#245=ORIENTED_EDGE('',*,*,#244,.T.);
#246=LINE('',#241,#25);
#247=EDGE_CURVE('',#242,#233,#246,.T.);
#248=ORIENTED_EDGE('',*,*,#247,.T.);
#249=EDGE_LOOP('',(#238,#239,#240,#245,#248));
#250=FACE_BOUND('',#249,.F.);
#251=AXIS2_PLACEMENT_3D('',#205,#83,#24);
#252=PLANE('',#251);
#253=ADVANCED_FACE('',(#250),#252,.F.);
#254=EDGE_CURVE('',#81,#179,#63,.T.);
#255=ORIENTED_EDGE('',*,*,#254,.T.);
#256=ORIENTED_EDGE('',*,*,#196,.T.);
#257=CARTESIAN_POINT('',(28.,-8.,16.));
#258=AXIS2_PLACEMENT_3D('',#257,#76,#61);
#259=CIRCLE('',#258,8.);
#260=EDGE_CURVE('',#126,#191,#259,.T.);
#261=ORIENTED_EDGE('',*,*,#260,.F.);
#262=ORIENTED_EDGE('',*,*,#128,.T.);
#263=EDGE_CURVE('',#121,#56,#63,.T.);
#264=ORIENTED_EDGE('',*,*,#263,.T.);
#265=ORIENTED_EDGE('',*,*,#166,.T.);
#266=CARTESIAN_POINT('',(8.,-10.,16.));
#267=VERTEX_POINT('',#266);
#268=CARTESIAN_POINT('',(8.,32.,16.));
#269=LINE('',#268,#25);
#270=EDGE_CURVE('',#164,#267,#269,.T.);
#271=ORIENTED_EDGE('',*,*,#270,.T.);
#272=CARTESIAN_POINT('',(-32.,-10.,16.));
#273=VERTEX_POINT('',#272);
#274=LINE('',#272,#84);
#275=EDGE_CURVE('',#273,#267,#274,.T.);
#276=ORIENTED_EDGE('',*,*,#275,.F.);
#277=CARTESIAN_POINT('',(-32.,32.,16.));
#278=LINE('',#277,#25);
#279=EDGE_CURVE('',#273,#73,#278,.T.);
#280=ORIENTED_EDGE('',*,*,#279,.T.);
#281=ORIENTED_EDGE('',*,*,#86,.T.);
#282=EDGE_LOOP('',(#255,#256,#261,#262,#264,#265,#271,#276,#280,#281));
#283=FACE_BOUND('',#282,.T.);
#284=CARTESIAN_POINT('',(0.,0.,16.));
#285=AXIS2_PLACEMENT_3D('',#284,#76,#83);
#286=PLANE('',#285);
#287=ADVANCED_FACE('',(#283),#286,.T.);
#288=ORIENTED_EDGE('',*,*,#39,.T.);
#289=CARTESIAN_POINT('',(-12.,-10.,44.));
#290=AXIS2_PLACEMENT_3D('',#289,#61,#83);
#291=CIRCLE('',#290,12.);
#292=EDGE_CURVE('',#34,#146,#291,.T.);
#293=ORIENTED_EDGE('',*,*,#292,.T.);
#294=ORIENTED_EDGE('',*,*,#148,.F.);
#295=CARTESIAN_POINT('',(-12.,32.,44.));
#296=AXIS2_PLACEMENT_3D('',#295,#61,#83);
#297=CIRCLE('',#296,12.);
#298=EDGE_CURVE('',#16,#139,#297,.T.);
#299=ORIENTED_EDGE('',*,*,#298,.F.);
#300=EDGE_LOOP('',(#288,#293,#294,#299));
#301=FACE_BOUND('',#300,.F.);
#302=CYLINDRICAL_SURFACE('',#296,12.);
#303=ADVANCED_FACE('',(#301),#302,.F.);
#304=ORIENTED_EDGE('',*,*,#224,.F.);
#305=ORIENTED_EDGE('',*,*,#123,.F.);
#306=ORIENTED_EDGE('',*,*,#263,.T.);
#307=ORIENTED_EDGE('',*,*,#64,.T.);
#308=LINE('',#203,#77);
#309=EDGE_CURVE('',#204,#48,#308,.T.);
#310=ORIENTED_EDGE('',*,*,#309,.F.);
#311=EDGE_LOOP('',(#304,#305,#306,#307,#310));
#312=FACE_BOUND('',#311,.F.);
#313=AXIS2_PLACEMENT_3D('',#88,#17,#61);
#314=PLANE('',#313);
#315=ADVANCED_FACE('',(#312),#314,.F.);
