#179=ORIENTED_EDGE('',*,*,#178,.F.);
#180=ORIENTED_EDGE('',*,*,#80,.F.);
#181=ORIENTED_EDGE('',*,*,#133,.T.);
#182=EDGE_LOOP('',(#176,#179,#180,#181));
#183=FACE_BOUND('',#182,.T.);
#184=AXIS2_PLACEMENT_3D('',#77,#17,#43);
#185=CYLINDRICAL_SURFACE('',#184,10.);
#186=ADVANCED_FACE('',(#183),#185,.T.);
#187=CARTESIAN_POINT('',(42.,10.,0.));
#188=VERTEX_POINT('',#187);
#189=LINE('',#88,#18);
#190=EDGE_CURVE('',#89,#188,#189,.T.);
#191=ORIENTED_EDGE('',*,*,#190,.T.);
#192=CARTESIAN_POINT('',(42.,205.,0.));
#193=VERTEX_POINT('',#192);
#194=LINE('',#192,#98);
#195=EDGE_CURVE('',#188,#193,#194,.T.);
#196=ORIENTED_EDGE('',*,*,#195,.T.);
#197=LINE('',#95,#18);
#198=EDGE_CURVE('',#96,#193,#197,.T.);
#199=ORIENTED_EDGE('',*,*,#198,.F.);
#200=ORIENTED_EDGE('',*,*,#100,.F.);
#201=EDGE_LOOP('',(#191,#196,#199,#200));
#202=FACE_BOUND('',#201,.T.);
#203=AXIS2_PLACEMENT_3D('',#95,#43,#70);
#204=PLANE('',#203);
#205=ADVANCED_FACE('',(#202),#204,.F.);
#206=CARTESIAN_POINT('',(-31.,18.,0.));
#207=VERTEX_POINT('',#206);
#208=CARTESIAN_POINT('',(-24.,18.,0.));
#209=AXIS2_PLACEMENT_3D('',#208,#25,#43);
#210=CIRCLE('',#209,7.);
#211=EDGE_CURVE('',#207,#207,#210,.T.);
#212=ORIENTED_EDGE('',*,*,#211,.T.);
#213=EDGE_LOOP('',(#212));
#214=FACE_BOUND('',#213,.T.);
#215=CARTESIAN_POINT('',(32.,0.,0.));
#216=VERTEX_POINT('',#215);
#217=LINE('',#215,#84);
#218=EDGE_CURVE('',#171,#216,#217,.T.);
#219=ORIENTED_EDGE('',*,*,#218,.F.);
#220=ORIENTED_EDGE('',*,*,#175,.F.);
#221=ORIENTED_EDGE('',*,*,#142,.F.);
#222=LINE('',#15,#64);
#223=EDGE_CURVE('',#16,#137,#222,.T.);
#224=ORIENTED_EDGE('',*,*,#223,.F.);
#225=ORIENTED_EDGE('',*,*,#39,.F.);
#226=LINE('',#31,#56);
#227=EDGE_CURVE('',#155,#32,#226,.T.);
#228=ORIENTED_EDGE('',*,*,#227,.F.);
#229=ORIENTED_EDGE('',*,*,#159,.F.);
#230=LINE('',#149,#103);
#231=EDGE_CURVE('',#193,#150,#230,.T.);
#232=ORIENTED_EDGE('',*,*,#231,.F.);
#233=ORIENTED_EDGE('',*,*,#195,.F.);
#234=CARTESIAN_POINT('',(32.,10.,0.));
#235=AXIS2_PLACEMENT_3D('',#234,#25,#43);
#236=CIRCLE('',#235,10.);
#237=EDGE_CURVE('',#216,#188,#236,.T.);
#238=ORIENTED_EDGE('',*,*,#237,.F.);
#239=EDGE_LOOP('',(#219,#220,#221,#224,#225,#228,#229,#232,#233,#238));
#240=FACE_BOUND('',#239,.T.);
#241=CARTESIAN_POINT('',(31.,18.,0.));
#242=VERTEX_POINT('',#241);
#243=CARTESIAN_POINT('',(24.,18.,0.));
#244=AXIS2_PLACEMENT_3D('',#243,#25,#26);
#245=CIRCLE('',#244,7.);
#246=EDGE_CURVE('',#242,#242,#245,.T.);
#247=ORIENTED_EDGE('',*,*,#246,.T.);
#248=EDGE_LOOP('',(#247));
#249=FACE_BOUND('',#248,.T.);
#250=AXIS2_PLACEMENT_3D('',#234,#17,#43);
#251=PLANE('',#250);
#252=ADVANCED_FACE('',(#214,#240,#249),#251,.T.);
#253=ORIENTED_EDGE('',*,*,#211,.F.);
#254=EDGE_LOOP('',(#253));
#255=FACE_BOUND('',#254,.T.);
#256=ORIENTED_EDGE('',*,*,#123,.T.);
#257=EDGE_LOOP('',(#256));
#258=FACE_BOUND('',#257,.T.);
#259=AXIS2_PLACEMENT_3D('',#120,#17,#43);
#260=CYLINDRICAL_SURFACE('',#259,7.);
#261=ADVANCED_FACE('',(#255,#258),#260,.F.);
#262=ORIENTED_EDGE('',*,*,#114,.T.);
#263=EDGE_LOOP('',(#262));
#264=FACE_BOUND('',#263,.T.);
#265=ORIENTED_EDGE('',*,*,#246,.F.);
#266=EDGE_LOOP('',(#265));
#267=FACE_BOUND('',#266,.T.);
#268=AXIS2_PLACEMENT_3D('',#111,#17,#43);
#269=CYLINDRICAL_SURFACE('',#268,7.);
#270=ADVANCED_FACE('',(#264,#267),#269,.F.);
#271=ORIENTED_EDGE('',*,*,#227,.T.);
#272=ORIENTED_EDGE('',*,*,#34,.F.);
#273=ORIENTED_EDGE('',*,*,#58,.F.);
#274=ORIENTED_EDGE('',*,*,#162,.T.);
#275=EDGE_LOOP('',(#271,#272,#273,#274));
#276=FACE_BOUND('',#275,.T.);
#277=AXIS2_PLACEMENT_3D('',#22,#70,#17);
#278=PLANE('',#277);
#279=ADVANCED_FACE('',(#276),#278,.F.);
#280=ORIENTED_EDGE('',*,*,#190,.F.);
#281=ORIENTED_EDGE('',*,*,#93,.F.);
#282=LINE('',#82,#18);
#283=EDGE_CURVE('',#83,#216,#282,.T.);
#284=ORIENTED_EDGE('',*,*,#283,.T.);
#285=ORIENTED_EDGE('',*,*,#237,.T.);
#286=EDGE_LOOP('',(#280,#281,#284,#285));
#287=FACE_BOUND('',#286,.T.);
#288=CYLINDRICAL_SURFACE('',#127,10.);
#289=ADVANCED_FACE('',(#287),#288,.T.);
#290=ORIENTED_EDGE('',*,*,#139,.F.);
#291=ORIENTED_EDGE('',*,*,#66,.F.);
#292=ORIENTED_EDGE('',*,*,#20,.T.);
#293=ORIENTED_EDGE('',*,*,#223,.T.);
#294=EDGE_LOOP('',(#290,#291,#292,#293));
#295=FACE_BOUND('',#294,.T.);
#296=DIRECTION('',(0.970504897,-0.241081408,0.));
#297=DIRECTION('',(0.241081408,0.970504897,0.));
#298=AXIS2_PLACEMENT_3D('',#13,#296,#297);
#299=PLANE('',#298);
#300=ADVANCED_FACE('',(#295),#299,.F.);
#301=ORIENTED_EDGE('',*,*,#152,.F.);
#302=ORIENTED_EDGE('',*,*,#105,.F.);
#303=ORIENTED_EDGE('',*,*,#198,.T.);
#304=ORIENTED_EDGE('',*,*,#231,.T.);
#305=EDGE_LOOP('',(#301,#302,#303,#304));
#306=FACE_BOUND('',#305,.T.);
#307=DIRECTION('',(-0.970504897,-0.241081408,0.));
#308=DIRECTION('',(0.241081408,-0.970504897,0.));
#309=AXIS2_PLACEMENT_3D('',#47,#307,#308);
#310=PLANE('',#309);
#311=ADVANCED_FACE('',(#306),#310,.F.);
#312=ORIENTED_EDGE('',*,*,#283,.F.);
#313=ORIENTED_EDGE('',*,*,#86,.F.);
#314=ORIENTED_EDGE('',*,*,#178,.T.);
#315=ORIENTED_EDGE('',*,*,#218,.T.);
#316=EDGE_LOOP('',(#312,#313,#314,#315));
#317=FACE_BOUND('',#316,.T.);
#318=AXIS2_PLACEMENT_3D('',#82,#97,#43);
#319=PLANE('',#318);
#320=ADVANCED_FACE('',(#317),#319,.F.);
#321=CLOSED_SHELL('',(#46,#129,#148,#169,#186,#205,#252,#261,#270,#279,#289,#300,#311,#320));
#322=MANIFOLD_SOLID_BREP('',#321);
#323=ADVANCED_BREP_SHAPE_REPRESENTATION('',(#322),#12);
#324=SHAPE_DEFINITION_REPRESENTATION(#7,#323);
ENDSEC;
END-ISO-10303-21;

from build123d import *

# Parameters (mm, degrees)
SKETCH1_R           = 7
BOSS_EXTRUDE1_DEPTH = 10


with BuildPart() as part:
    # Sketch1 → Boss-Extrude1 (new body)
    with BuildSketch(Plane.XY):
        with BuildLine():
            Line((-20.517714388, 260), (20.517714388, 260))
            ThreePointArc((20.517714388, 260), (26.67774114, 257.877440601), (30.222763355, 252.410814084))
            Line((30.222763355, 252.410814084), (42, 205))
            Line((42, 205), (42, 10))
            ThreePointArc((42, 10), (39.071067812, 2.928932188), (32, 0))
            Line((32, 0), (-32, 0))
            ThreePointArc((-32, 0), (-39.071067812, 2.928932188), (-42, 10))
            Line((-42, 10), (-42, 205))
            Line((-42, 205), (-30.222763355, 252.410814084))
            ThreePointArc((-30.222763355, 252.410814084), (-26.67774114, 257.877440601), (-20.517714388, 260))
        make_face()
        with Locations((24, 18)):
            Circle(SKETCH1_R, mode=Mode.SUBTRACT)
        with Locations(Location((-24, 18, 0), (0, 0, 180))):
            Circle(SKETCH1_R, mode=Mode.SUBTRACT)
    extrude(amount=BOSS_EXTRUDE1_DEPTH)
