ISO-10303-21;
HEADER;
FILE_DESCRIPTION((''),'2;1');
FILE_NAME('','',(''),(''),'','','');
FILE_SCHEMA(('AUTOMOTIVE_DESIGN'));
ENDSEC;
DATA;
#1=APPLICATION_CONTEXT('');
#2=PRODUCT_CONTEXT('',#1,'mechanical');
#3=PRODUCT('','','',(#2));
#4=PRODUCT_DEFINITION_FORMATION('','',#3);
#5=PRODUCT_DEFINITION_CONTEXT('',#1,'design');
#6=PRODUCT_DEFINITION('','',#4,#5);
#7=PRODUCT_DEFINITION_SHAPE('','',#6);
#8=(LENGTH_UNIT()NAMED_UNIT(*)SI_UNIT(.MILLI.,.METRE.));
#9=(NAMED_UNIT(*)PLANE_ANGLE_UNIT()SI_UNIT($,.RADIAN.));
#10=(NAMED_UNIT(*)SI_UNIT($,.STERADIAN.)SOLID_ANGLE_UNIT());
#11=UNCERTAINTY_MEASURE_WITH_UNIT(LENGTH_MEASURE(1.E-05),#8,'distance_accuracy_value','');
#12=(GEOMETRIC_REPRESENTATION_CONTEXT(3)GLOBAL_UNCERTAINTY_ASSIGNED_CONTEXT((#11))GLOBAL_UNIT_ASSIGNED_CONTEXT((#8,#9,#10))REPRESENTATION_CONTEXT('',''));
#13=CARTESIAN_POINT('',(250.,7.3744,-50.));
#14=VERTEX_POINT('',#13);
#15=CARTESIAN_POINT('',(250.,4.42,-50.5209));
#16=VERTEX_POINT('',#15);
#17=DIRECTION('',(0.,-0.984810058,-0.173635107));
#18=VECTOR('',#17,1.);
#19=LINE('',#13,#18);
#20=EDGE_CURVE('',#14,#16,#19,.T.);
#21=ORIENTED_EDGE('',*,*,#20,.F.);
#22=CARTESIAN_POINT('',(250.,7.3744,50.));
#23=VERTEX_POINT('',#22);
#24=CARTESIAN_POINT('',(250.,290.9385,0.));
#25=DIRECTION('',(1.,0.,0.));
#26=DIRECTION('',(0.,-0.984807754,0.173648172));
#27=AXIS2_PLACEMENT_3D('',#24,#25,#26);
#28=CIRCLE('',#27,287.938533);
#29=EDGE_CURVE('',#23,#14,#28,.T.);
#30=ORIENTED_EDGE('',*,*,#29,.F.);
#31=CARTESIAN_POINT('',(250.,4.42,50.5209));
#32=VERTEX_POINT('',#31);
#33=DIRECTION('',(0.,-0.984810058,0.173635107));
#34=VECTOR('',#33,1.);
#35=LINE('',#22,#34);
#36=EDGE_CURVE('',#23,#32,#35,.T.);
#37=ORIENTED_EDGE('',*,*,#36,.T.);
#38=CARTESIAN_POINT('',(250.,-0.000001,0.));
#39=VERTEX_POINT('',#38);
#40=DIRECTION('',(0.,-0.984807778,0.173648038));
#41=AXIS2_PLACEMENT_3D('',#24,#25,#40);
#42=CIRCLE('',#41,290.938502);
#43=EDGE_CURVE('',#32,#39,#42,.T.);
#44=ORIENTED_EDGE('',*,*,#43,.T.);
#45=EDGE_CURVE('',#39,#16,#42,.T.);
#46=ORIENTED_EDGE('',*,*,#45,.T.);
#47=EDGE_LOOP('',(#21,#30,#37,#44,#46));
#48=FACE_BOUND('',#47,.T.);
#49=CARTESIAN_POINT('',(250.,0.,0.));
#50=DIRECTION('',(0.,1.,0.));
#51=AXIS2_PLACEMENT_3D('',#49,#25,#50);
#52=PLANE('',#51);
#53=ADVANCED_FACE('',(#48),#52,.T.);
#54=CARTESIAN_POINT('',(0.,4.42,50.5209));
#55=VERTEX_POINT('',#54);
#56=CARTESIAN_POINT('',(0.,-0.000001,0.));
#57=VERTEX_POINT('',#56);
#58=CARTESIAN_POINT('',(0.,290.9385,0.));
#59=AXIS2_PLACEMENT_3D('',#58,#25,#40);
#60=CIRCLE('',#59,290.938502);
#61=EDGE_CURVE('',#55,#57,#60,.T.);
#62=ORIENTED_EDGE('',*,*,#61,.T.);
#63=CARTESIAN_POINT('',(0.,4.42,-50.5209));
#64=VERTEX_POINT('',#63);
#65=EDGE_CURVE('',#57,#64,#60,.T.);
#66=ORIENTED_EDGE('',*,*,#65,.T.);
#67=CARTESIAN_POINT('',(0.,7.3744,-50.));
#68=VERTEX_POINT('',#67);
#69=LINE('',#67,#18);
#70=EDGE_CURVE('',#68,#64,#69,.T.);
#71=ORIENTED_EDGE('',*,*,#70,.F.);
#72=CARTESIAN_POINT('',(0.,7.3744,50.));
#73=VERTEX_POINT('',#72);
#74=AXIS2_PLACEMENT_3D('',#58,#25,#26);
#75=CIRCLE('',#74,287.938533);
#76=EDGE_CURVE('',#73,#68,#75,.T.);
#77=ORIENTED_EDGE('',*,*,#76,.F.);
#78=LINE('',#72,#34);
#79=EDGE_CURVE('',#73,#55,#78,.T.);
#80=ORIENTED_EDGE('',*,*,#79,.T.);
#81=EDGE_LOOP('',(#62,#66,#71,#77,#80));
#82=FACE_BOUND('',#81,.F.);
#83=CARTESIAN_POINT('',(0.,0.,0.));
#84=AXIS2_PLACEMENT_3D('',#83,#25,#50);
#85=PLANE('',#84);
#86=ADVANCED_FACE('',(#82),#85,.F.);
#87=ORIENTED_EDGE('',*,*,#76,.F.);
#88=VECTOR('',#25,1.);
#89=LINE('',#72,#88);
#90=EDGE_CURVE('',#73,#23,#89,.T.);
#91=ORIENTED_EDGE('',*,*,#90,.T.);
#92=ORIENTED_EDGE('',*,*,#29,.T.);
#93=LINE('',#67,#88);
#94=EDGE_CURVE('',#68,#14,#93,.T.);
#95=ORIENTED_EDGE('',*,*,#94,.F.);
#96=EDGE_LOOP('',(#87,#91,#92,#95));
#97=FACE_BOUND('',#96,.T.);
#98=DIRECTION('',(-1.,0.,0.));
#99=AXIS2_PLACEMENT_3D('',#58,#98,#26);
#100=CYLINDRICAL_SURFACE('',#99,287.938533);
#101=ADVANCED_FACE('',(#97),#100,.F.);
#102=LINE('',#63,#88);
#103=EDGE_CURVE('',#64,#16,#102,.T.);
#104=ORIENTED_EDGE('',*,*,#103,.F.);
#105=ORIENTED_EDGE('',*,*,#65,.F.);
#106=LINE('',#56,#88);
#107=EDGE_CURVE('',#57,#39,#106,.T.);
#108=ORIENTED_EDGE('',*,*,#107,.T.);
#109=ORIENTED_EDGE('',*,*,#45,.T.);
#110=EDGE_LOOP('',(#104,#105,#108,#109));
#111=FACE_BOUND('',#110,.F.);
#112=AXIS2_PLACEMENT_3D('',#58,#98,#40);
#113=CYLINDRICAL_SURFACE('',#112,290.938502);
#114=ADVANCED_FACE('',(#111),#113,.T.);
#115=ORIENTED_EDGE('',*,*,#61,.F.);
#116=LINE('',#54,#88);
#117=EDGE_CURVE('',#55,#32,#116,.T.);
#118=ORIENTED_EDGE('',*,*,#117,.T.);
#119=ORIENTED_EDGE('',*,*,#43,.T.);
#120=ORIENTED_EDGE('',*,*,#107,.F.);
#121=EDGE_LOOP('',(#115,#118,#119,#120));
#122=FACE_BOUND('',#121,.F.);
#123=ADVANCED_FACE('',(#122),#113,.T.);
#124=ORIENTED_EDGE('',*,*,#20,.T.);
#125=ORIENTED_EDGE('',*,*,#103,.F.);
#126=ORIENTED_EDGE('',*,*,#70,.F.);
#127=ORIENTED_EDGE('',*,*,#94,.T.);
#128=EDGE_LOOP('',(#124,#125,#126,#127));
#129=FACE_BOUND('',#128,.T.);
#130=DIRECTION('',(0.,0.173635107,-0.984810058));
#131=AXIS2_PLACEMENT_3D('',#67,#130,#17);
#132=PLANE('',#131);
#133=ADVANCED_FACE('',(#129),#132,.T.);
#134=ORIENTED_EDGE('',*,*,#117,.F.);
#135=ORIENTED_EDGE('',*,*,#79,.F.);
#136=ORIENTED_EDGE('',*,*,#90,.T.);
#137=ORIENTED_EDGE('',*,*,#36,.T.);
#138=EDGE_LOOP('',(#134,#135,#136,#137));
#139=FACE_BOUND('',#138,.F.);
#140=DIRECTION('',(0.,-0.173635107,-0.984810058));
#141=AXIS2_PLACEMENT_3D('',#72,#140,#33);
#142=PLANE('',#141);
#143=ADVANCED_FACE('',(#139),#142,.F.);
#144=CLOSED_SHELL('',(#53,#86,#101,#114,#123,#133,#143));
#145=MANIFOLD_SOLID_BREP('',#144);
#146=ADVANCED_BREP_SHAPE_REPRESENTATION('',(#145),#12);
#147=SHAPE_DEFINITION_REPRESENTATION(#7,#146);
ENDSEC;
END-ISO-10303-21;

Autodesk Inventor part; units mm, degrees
ref_plane "YZ Plane" through (0, 0, 0) normal (1, 0, 0) x (0, 1, 0)
ref_plane "XZ Plane" through (0, 0, 0) normal (0, 1, 0) x (-1, 0, 0)
ref_plane "XY Plane" through (0, 0, 0) normal (0, 0, 1) x (1, 0, 0)
sketch "スケッチ1" plane through (0, 0, 0) normal (1, 0, 0) x (0, 1, 0)
  arc A0 (7.3744, 50) -> (7.3744, -50) centre (290.9385, 0) ccw
  arc A1 (4.42, 50.5209) -> (4.42, -50.5209) centre (290.9385, 0) ccw
  line L0 (7.3744, 50) -> (4.42, 50.5209)
  line L1 (7.3744, -50) -> (4.42, -50.5209)
  line L2 (0, -70.7293) -> (0, 70.7293) projected
  point P0 (0, 0)
  point P1 (0, 0)
  dimension "d0" = 3
  dimension "d1" = 100
  dimension "d2" = 20
extrude "押し出し1" add sketch "スケッチ1" along normal blind 250
properties part number "element_3" material "CFRP"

WHAT TO DO –
Keep only those lines of the records that hold "ThreePointArc", and return them.

FINISHED TASK –
            ThreePointArc((20.517714388, 260), (26.67774114, 257.877440601), (30.222763355, 252.410814084))
            ThreePointArc((42, 10), (39.071067812, 2.928932188), (32, 0))
            ThreePointArc((-32, 0), (-39.071067812, 2.928932188), (-42, 10))
            ThreePointArc((-30.222763355, 252.410814084), (-26.67774114, 257.877440601), (-20.517714388, 260))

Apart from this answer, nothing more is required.